Nos lo podemos plantear porque estamos lejos de partir de cero. En estos momentos las neurociencias ya son muy fuertes en Catalunya. Recientemente hemos podido hacer un recuento parcial a raíz de una convocatoria del ministerio de Asuntos Económicos y Transformación Digital para el desarrollo de un Centro Nacional de Neurotecnología. Con el apoyo de la Generalitat, se ha presentado un proyecto liderado por la UB y que implica a cuatro universidades (UB, UAB, UPC, UPF), seis centros CERCA (Idibaps, Idibell, VHIR, CVC, ICFO, IBEC), el CSIC, el BSC y la Fundación Pasqual Maragall. El liderazgo de la UB es lógico: su Instituto de Neurociencias disfruta de la respetada distinción de excelencia María de Maeztu del ministerio de Ciencia y ya presentó una muy bien valorada prefiguración de la propuesta actual a la convocatoria catalana de expresiones de interés para los fondos Next Generation. Y todo ello encaja muy bien con el hecho de que fue la UB la que nos trajo a Cajal en Barcelona.

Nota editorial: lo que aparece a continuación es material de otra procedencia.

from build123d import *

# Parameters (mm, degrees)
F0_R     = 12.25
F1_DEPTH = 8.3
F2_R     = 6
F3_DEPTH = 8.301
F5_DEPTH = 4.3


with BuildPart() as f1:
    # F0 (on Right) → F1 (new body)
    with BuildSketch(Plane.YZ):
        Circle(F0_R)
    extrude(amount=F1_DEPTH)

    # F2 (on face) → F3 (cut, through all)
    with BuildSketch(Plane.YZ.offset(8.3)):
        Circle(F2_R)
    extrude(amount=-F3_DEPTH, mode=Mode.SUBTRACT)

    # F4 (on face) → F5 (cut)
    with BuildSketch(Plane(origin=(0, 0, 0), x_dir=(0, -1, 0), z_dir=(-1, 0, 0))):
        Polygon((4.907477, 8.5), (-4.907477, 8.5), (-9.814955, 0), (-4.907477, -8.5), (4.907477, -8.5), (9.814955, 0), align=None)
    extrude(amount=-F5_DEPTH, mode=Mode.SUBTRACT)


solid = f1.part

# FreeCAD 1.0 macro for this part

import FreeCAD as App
import Part
import Sketcher
from FreeCAD import Vector
Q = App.Units.Quantity


def add_polygon(sketch, points):
    """Adds a closed chain of lines whose ends are joined by coincident constraints."""
    first, n = sketch.GeometryCount, len(points)
    for a, b in zip(points, points[1:] + points[:1]):
        sketch.addGeometry(Part.LineSegment(App.Vector(*a, 0), App.Vector(*b, 0)), False)
    for i in range(n):
        sketch.addConstraint(Sketcher.Constraint("Coincident", first + i, 2, first + (i + 1) % n, 1))

doc = App.newDocument("Part")
body = doc.addObject("PartDesign::Body", "Body")

# Sketch on YZ plane
sketch1 = body.newObject("Sketcher::SketchObject", "Sketch")
sketch1.AttachmentSupport = (doc.getObject("YZ_Plane"), [""])
sketch1.MapMode = "FlatFace"
sketch1.addGeometry(Part.Circle(Vector(0, 0, 0), Vector(0, 0, 1), 12), False)
sketch1.addConstraint([
    Sketcher.Constraint("Coincident", 0, 3, -1, 1),
    Sketcher.Constraint("Diameter", 0, 24.5),
])
pad1 = body.newObject("PartDesign::Pad", "Pad")
pad1.Profile = sketch1
pad1.Length = 8.3

# Sketch on YZ plane
sketch2 = body.newObject("Sketcher::SketchObject", "Sketch001")
sketch2.AttachmentSupport = (doc.getObject("YZ_Plane"), [""])
sketch2.MapMode = "FlatFace"
sketch2.AttachmentOffset = App.Placement(Vector(0, 0, 8.3), App.Rotation())
sketch2.addGeometry(Part.Circle(Vector(0, 0, 0), Vector(0, 0, 1), 6), False)
sketch2.addConstraint([
    Sketcher.Constraint("Coincident", 0, 3, -1, 1),
    Sketcher.Constraint("Diameter", 0, 12.0),
])
pocket1 = body.newObject("PartDesign::Pocket", "Pocket")
pocket1.Profile = sketch2
pocket1.Type = "ThroughAll"

# Sketch on YZ plane
sketch3 = body.newObject("Sketcher::SketchObject", "Sketch002")
sketch3.AttachmentSupport = (doc.getObject("YZ_Plane"), [""])
sketch3.MapMode = "FlatFace"
add_polygon(sketch3, [(-5, 8), (5, 8), (10, 0), (5, -8), (-5, -8), (-10, 0)])  # lines 0-5
sketch3.addConstraint([
    Sketcher.Constraint("Horizontal", 0),
    Sketcher.Constraint("Horizontal", 3),
    Sketcher.Constraint("Symmetric", 0, 2, 3, 2, -1, 1),
    Sketcher.Constraint("Symmetric", 1, 2, 4, 2, -1, 1),
    Sketcher.Constraint("PointOnObject", 1, 2, -1),
    Sketcher.Constraint("Parallel", 2, 5),
    Sketcher.Constraint("Vertical", 0, 2, 2, 2),
    Sketcher.Constraint("Angle", 1, Q("-59.999996 deg")),
    Sketcher.Constraint("DistanceY", 2, 2, 0, 2, 17.0),
    Sketcher.Constraint("DistanceX", 0, 1, 0, 2, 9.814954),
])
pocket2 = body.newObject("PartDesign::Pocket", "Pocket001")
pocket2.Profile = sketch3
pocket2.Length = 4.3
pocket2.Reversed = True

doc.recompute()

No es este el lugar para describir los indicadores que justifican el peso agobiante de la capacidad científica que el conjunto de proponentes representa. Es realmente difícil imaginar que el Gobierno central no pueda encontrar los recursos para impulsarlo. Añado que sería natural que a escala española lo hiciera con los diferentes núcleos territoriales de excelencia ya existentes: Alicante, Barcelona, Madrid y algún otro. España es suficientemente grande, las neurociencias suficientemente importantes y Ramón y Cajal suficientemente emblemático para no hacer de la convocatoria un torneo innecesario.

En cualquier caso, y en cuanto a Catalunya, la propuesta es un hito sobre la cual construir. El esfuerzo hecho significa que un panorama que hasta ahora era descriptible con el término negativo “fragmentado” pasa a ser descriptible en positivo como uno de “disperso ordenado”. Un panorama donde, con el impulso de la Generalitat, tengamos, por un lado, programas conjuntos de actividades y, sobre todo, de contratación –la atracción y recuperación de talento es clave si la ciudad de la neurona tiene que llegar a situarse en la primerísima fila mundial– que fortalezcan y propicien una cierta especialización de los diferentes nodos. Y, por otro, que tengamos un referente institucional fuerte en sí mismo, pero que cuente con una equipación común que visualice la fuerza del conjunto. En la propuesta este se implantaría en el Campus Mundet de la UB. Pongámonos a ello.